When I asked Raymond about his own work life balance he mentioned that he has a young family with two small children and he and his wife relocated to Vancouver from Toronto three years ago. When he and his wife made the decision to move to Vancouver they both also decided to focus on ‘living’ and ‘immersing’ themselves into the city instead of believe they were only here temporarily.

Chun says that when he is at work – work gets his attention and he has ‘given over’ his weekends to his wife. She gets to schedule their weekends and she is in charge- in other words the family gets his complete attention. He credits his ability to balance family time and work time to advice he received from his mentor in Toronto who had told him to ‘give his weekends’ to his wife. Raymond says she is a very wise mentor!
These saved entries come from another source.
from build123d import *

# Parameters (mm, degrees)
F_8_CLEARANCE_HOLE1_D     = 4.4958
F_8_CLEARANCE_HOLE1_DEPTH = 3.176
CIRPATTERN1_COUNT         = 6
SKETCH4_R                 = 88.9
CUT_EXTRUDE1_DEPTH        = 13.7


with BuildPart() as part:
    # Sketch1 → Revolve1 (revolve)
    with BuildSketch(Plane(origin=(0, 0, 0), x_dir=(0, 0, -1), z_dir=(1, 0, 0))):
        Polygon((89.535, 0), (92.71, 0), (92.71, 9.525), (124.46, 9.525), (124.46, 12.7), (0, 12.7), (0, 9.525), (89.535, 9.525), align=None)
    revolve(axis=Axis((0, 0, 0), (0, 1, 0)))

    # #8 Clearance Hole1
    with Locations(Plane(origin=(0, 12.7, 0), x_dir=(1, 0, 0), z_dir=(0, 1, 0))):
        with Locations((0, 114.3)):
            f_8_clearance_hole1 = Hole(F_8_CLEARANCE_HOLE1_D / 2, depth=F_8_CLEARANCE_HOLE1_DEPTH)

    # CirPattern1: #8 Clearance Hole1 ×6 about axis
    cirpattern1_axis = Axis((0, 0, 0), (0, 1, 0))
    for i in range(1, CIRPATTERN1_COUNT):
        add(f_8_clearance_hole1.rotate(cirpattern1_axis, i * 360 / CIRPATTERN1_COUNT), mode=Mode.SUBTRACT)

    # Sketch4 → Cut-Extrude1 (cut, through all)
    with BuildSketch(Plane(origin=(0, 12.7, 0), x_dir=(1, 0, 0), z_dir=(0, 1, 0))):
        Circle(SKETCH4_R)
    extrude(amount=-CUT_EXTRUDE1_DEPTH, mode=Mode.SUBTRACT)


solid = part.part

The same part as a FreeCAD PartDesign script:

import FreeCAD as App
import Part
import Sketcher

V = App.Vector
Q = App.Units.Quantity

doc = App.newDocument("Part")
body = doc.addObject("PartDesign::Body", "Body")

# Sketch on YZ plane
sketch1 = doc.addObject("Sketcher::SketchObject", "Sketch")
body.addObject(sketch1)
sketch1.AttachmentSupport = (doc.YZ_Plane, [""])
sketch1.MapMode = "FlatFace"
sketch1.addGeometry([
    Part.LineSegment(V(0, -89.5, 0), V(0, -92.7, 0)),  # 0
    Part.LineSegment(V(0, -92.7, 0), V(9.5, -92.7, 0)),  # 1
    Part.LineSegment(V(9.5, -92.7, 0), V(9.5, -124.5, 0)),  # 2
    Part.LineSegment(V(9.5, -124.5, 0), V(12.7, -124.5, 0)),  # 3
    Part.LineSegment(V(12.7, -124.5, 0), V(12.7, 0, 0)),  # 4
    Part.LineSegment(V(12.7, 0, 0), V(9.5, 0, 0)),  # 5
    Part.LineSegment(V(9.5, 0, 0), V(9.5, -89.5, 0)),  # 6
    Part.LineSegment(V(9.5, -89.5, 0), V(0, -89.5, 0)),  # 7
], False)
sketch1.addConstraint([
    Sketcher.Constraint("Coincident", 0, 2, 1, 1),
    Sketcher.Constraint("Coincident", 1, 2, 2, 1),
    Sketcher.Constraint("Coincident", 2, 2, 3, 1),
    Sketcher.Constraint("Coincident", 3, 2, 4, 1),
    Sketcher.Constraint("Coincident", 4, 2, 5, 1),
    Sketcher.Constraint("Coincident", 5, 2, 6, 1),
    Sketcher.Constraint("Coincident", 6, 2, 7, 1),
    Sketcher.Constraint("Coincident", 7, 2, 0, 1),
    Sketcher.Constraint("Vertical", 0),
    Sketcher.Constraint("Horizontal", 1),
    Sketcher.Constraint("Vertical", 2),
    Sketcher.Constraint("Horizontal", 3),
    Sketcher.Constraint("Vertical", 4),
    Sketcher.Constraint("Horizontal", 5),
    Sketcher.Constraint("Vertical", 6),
    Sketcher.Constraint("Horizontal", 7),
    Sketcher.Constraint("PointOnObject", 0, 2, -2),
    Sketcher.Constraint("PointOnObject", 4, 2, -1),
    Sketcher.Constraint("Vertical", 2, 2, 5, 2),
    Sketcher.Constraint("Equal", 5, 0),
    Sketcher.Constraint("DistanceY", 4, 1, 4, 2, Q("4.9 in")),
    Sketcher.Constraint("DistanceY", 2, 2, 2, 1, Q("1.25 in")),
    Sketcher.Constraint("DistanceX", -1, 1, 3, 2, Q("0.5 in")),
    Sketcher.Constraint("DistanceX", 1, 1, 1, 2, Q("0.375 in")),
])
revolution = doc.addObject("PartDesign::Revolution", "Revolution")
body.addObject(revolution)
revolution.Profile = sketch1
revolution.ReferenceAxis = (sketch1, ["H_Axis"])
revolution.Angle = 360

# Sketch on XZ plane
sketch2 = doc.addObject("Sketcher::SketchObject", "Sketch001")
body.addObject(sketch2)
sketch2.AttachmentSupport = (doc.XZ_Plane, [""])
sketch2.MapMode = "FlatFace"
sketch2.AttachmentOffset = App.Placement(V(0, 0, -0.5 * 25.4), App.Rotation())
sketch2.addGeometry(Part.Circle(V(0, -114.3, 0), V(0, 0, 1), 2.2), False)
sketch2.addConstraint([
    Sketcher.Constraint("PointOnObject", 0, 3, -2),
    Sketcher.Constraint("Diameter", 0, Q("0.177 in")),
    Sketcher.Constraint("DistanceY", 0, 3, -1, 1, Q("4.5 in")),
])
doc.recompute()
hole = doc.addObject("PartDesign::Hole", "Hole")
body.addObject(hole)
hole.Profile = sketch2
hole.ThreadType = "None"
hole.Diameter = Q("0.177 in")
hole.DepthType = "Dimension"
hole.Depth = 3.176
hole.DrillPoint = "Flat"
hole.Reversed = True
doc.recompute()

polarpattern = doc.addObject("PartDesign::PolarPattern", "PolarPattern")
body.addObject(polarpattern)
polarpattern.Originals = [hole]
polarpattern.Axis = (doc.Y_Axis, [""])
polarpattern.Angle = 360
polarpattern.Occurrences = 6
body.Tip = polarpattern

# Sketch on XZ plane
sketch3 = doc.addObject("Sketcher::SketchObject", "Sketch002")
body.addObject(sketch3)
sketch3.AttachmentSupport = (doc.XZ_Plane, [""])
sketch3.MapMode = "FlatFace"
sketch3.AttachmentOffset = App.Placement(V(0, 0, -0.5 * 25.4), App.Rotation())
sketch3.addGeometry(Part.Circle(V(0, 0, 0), V(0, 0, 1), 89), False)
sketch3.addConstraint([
    Sketcher.Constraint("Coincident", 0, 3, -1, 1),
    Sketcher.Constraint("Diameter", 0, Q("7 in")),
])
pocket1 = doc.addObject("PartDesign::Pocket", "Pocket")
body.addObject(pocket1)
pocket1.Profile = sketch3
pocket1.Type = "ThroughAll"
pocket1.Reversed = True

doc.recompute()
With a smile, Chun goes on to say that he must behave in a way that models work and life balance to his team- something he says that the complete executive team in the vicinity does well.

5. Gen X Confident that Future Will Be a Part-Time Workplace

While other banking organizations continue to follow the standard 9 to 5 form Raymond Chun believes that the workplace of the future will be one that will need to embrace and leverage part-time work. He states that in the future there will be much more need and need for part-time work.

According to my research Raymond is right on the money with part-time work alluring to Gen X and Y and as an option for Boomers not quite ready to fully retire.

The part-time workplace allows workers of any demographic to choose to work for one employer or as may Gen Y’s do, choose to work for two to three employers.

The world is changing at such a rapid speed now that the form of finding one employer and staying there for a decade is not as palatable to a global minded and change seeking Gen X or Y. The assistance to the Boomer is that they now have more options than ever before to nevertheless work and contribute in addition as to have a life and enjoy extended periods of time away from work.

In the work world the two generations that get the most ‘air time’ are the Boomers and Gen Y. Often Gen X gets left out because they are the ‘squeezed’ generation between the two largest demographic groups the Boomers and Gen Y.

What cannot be ignored is the drastic ways in which Gen X leaders and their counterparts see the world and the ideas and solutions they bring to the table that inevitably will assistance all of us in spite of of our generation. Raymond Chun is a visionary Gen X who along with his TD Canada Trust counterparts is proving to be a major influence on the changes happening in retail banking.